### DIRECTIONS FOR THIS TASK
Transcribe only the lines between the first line of the records and the line containing "v4 (13.0175,-169.277602,11.1125)", inclusive, exactly as written.

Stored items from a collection
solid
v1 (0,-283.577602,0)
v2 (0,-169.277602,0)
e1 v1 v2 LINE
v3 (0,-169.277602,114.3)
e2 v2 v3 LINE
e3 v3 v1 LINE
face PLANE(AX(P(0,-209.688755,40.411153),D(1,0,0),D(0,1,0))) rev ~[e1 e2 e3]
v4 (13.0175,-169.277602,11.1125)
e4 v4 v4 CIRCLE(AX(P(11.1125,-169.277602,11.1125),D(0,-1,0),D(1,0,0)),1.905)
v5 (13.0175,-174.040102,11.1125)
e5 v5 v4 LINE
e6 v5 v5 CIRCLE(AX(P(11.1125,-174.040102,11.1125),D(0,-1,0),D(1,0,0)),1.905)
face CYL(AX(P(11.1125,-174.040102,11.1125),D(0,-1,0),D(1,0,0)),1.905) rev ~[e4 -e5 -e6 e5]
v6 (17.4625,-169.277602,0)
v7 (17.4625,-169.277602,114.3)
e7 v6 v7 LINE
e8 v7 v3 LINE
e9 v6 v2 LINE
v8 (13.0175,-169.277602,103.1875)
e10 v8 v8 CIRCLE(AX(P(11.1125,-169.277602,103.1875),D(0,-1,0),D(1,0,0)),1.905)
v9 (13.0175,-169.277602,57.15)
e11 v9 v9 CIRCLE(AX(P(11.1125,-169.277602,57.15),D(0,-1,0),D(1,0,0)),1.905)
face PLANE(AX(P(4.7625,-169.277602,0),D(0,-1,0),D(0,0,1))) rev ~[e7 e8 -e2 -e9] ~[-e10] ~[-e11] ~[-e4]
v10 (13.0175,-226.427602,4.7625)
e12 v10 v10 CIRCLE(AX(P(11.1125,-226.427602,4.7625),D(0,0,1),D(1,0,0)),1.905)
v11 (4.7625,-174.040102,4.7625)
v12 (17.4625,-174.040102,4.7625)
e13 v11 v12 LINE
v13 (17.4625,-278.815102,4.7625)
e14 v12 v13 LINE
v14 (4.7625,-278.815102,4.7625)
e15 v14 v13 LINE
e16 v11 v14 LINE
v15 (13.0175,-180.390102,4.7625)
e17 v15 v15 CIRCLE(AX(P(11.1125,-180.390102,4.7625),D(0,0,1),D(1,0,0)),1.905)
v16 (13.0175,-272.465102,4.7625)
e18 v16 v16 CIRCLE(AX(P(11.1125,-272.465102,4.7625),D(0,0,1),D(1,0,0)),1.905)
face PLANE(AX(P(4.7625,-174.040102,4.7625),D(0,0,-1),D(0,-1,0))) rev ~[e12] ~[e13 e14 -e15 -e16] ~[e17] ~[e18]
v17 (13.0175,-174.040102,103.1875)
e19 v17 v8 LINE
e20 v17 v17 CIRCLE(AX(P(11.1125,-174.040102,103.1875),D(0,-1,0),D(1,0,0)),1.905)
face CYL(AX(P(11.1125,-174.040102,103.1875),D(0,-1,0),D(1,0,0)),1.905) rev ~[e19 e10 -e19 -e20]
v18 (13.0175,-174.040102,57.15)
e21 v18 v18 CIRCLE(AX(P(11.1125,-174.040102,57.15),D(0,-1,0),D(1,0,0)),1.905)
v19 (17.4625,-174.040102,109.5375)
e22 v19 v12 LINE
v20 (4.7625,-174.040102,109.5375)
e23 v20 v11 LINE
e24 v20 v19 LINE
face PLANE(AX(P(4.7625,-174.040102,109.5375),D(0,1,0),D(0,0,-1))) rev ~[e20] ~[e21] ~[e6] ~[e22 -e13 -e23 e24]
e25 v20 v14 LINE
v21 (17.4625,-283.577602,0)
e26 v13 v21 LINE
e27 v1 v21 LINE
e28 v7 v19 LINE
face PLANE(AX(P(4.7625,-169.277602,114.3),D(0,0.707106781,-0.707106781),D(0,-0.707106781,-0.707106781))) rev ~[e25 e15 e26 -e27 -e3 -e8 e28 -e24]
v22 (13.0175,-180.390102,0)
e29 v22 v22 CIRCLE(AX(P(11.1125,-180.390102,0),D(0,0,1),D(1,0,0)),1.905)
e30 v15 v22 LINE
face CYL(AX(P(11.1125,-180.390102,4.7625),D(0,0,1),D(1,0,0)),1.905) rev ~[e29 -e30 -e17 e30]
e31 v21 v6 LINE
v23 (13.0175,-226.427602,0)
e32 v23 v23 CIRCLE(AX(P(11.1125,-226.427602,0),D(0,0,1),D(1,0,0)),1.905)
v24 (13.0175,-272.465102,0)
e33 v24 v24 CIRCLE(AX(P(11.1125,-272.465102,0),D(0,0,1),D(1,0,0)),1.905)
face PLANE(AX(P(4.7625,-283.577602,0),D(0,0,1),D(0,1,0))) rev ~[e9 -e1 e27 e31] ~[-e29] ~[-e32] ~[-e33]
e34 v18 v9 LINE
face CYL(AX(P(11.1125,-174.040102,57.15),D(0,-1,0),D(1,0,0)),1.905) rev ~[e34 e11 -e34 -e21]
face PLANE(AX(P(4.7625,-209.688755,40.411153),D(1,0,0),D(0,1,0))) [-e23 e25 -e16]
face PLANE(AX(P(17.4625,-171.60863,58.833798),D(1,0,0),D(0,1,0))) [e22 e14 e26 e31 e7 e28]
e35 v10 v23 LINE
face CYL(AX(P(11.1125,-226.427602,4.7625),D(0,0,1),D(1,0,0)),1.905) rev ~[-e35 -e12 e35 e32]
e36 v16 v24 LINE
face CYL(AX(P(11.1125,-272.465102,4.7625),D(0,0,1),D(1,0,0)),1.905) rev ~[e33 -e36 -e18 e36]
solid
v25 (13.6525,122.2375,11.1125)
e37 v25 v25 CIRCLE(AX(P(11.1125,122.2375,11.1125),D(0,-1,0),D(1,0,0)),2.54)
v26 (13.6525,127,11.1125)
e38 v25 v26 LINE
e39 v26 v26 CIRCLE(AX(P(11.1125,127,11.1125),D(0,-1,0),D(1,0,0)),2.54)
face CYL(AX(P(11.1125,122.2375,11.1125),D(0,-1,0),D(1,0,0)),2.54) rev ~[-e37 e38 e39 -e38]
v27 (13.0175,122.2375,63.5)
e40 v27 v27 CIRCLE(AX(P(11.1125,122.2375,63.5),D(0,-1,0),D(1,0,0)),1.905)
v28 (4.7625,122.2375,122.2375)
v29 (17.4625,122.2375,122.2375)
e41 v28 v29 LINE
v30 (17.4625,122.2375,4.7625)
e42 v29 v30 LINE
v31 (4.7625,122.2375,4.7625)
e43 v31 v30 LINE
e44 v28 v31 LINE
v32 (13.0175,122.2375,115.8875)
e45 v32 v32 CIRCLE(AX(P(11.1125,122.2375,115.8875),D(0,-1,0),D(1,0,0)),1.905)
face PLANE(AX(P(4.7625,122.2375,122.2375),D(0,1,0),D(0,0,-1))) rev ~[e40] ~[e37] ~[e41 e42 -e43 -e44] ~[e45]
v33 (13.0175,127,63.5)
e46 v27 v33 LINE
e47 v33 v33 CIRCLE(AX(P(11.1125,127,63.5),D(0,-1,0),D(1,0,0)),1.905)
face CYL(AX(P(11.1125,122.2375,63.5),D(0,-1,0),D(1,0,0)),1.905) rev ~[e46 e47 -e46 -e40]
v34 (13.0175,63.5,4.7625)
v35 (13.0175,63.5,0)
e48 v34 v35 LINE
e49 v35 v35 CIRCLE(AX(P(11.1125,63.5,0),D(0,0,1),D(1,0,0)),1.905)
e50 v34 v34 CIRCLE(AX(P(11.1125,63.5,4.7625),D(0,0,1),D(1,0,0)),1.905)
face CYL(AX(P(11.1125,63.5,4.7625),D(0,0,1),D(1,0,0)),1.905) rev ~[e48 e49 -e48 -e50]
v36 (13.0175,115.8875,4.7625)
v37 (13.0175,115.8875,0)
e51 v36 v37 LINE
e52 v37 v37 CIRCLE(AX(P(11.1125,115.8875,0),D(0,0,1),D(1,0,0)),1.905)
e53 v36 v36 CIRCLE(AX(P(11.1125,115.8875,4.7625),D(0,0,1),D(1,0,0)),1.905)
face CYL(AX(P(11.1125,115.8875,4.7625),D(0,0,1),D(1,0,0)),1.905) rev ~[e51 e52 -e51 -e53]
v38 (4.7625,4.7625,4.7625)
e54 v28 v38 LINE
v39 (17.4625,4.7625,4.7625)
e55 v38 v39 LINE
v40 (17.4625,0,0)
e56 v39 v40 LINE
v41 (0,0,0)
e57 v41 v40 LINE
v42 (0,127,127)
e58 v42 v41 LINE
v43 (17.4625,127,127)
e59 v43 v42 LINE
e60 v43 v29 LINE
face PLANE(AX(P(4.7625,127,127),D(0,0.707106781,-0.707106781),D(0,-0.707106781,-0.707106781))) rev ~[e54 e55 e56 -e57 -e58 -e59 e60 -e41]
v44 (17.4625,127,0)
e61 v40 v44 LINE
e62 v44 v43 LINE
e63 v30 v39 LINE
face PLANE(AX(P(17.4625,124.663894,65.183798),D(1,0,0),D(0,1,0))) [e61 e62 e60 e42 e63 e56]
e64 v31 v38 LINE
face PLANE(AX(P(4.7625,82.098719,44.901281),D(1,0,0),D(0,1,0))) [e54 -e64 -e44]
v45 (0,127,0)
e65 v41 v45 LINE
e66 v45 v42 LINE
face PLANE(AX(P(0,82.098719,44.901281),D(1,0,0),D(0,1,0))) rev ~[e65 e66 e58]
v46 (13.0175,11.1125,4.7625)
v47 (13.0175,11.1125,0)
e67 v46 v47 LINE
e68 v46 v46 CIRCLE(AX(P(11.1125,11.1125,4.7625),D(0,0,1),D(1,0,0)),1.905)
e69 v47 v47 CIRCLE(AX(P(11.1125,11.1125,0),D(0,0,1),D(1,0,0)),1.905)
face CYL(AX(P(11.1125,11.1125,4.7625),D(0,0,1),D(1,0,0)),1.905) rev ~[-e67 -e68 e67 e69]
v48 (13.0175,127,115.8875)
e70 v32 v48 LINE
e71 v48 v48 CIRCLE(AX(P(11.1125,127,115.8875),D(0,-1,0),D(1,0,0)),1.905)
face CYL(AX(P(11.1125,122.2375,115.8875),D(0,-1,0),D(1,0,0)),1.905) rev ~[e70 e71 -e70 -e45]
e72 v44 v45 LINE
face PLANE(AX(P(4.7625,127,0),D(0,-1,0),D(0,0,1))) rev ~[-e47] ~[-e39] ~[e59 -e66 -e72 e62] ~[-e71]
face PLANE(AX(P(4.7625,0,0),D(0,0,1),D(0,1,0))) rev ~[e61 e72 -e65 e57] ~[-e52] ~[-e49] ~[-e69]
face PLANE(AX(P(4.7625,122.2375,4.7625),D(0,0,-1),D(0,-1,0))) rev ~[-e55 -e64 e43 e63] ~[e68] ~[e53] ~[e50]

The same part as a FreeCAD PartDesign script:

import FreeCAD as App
import Part
import Sketcher
from FreeCAD import Vector
Q = App.Units.Quantity


def add_polygon(sketch, points):
    """Adds a closed chain of lines whose ends are joined by coincident constraints."""
    first, n = sketch.GeometryCount, len(points)
    for a, b in zip(points, points[1:] + points[:1]):
        sketch.addGeometry(Part.LineSegment(App.Vector(*a, 0), App.Vector(*b, 0)), False)
    for i in range(n):
        sketch.addConstraint(Sketcher.Constraint("Coincident", first + i, 2, first + (i + 1) % n, 1))

doc = App.newDocument("Part")
params = doc.addObject("Spreadsheet::Sheet", "Params")
for row, (alias, value) in enumerate([
    ("sketch1_width", "5 in"),
    ("pad1_length", "0.1875 in"),
    ("sketch2_width", "5 in"),
    ("sketch2_width2", "4.625 in"),
    ("pad2_length", "0.5 in"),
    ("sketch3_diameter", "0.15 in"),
    ("sketch4_diameter", "0.2 in"),
    ("sketch4_diameter2", "0.15 in"),
    ("sketch5_width", "4.5 in"),
    ("pad3_length", "0.1875 in"),
    ("sketch6_width", "4.5 in"),
    ("sketch6_width2", "4.125 in"),
    ("pad4_length", "0.5 in"),
    ("sketch7_diameter", "0.15 in"),
    ("sketch8_diameter", "0.15 in"),
], start=1):
    params.set(f"A{row}", alias)
    params.set(f"B{row}", "=" + value)
    params.setAlias(f"B{row}", alias)

body = doc.addObject("PartDesign::Body", "Body")

# Sketch on YZ plane
sketch1 = doc.addObject("Sketcher::SketchObject", "Sketch")
body.addObject(sketch1)
sketch1.AttachmentSupport = (doc.YZ_Plane, [""])
sketch1.MapMode = "FlatFace"
add_polygon(sketch1, [(127, 127), (0, 0), (127, 0)])  # lines 0-2
sketch1.addConstraint([
    Sketcher.Constraint("Horizontal", 1),
    Sketcher.Constraint("Vertical", 2),
    Sketcher.Constraint("Coincident", 0, 2, -1, 1),
    Sketcher.Constraint("Equal", 1, 2),
    Sketcher.Constraint("DistanceX", 1, 1, 1, 2, Q("5 in")),
])
sketch1.setExpression("Constraints[7]", "Params.sketch1_width")
pad1 = doc.addObject("PartDesign::Pad", "Pad")
body.addObject(pad1)
pad1.Profile = sketch1
pad1.setExpression("Length", "Params.pad1_length")

# Sketch on YZ plane
sketch2 = doc.addObject("Sketcher::SketchObject", "Sketch001")
body.addObject(sketch2)
sketch2.AttachmentSupport = (doc.YZ_Plane, [""])
sketch2.MapMode = "FlatFace"
sketch2.AttachmentOffset = App.Placement(Vector(0, 0, 0.1875 * 25.4), App.Rotation())
add_polygon(sketch2, [(127, 127), (122, 122), (122, 5), (5, 5), (0, 0), (127, 0)])  # lines 0-5
sketch2.addConstraint([
    Sketcher.Constraint("Vertical", 1),
    Sketcher.Constraint("Horizontal", 2),
    Sketcher.Constraint("Horizontal", 4),
    Sketcher.Constraint("Vertical", 5),
    Sketcher.Constraint("Coincident", 3, 2, -1, 1),
    Sketcher.Constraint("Parallel", 0, 3),
    Sketcher.Constraint("Equal", 2, 1),
    Sketcher.Constraint("Equal", 4, 5),
    Sketcher.Constraint("Equal", 0, 3),
    Sketcher.Constraint("DistanceX", 4, 1, 4, 2, Q("5 in")),
    Sketcher.Constraint("DistanceX", 2, 2, 2, 1, Q("4.625 in")),
])
sketch2.setExpression("Constraints[15]", "Params.sketch2_width")
sketch2.setExpression("Constraints[16]", "Params.sketch2_width2")
pad2 = doc.addObject("PartDesign::Pad", "Pad001")
body.addObject(pad2)
pad2.Profile = sketch2
pad2.setExpression("Length", "Params.pad2_length")

# Sketch on XY plane
sketch3 = doc.addObject("Sketcher::SketchObject", "Sketch002")
body.addObject(sketch3)
sketch3.AttachmentSupport = (doc.XY_Plane, [""])
sketch3.MapMode = "FlatFace"
sketch3.AttachmentOffset = App.Placement(Vector(0, 0, 0.1875 * 25.4), App.Rotation())
sketch3.addGeometry([
    Part.Circle(Vector(11.1, 11.1, 0), Vector(0, 0, 1), 1.9),
    Part.Circle(Vector(11.1, 115.9, 0), Vector(0, 0, 1), 1.9),
    Part.Circle(Vector(11.1, 63.5, 0), Vector(0, 0, 1), 1.9),
], False)
sketch3.addConstraint([
    Sketcher.Constraint("Equal", 0, 1),
    Sketcher.Constraint("Equal", 1, 2),
    Sketcher.Constraint("Vertical", 0, 3, 1, 3),
    Sketcher.Constraint("Vertical", 1, 3, 2, 3),
    Sketcher.Constraint("Diameter", 0, Q("0.15 in")),
    Sketcher.Constraint("DistanceY", -1, 1, 2, 3, Q("2.5 in")),
    Sketcher.Constraint("DistanceX", -1, 1, 0, 3, Q("0.4375 in")),
    Sketcher.Constraint("DistanceY", -1, 1, 0, 3, Q("0.4375 in")),
    Sketcher.Constraint("DistanceY", -1, 1, 1, 3, Q("4.5625 in")),
])
sketch3.setExpression("Constraints[4]", "Params.sketch3_diameter")
pocket1 = doc.addObject("PartDesign::Pocket", "Pocket")
body.addObject(pocket1)
pocket1.Profile = sketch3
pocket1.Type = "ThroughAll"

# Sketch on XZ plane
sketch4 = doc.addObject("Sketcher::SketchObject", "Sketch003")
body.addObject(sketch4)
sketch4.AttachmentSupport = (doc.XZ_Plane, [""])
sketch4.MapMode = "FlatFace"
sketch4.AttachmentOffset = App.Placement(Vector(0, 0, -4.8125 * 25.4), App.Rotation())
sketch4.addGeometry([
    Part.Circle(Vector(11.1, 115.9, 0), Vector(0, 0, 1), 1.9),
    Part.Circle(Vector(11.1, 11.1, 0), Vector(0, 0, 1), 2.5),
    Part.Circle(Vector(11.1, 63.5, 0), Vector(0, 0, 1), 1.9),
], False)
sketch4.addConstraint([
    Sketcher.Constraint("Equal", 0, 2),
    Sketcher.Constraint("Vertical", 0, 3, 1, 3),
    Sketcher.Constraint("Vertical", 1, 3, 2, 3),
    Sketcher.Constraint("Diameter", 1, Q("0.2 in")),
    Sketcher.Constraint("Diameter", 0, Q("0.15 in")),
    Sketcher.Constraint("DistanceY", -1, 1, 2, 3, Q("2.5 in")),
    Sketcher.Constraint("DistanceX", -1, 1, 0, 3, Q("0.4375 in")),
    Sketcher.Constraint("DistanceY", -1, 1, 0, 3, Q("4.5625 in")),
    Sketcher.Constraint("DistanceY", -1, 1, 1, 3, Q("0.4375 in")),
])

### RESPONSE TO THE TASK
solid
v1 (0,-283.577602,0)
v2 (0,-169.277602,0)
e1 v1 v2 LINE
v3 (0,-169.277602,114.3)
e2 v2 v3 LINE
e3 v3 v1 LINE
face PLANE(AX(P(0,-209.688755,40.411153),D(1,0,0),D(0,1,0))) rev ~[e1 e2 e3]
v4 (13.0175,-169.277602,11.1125)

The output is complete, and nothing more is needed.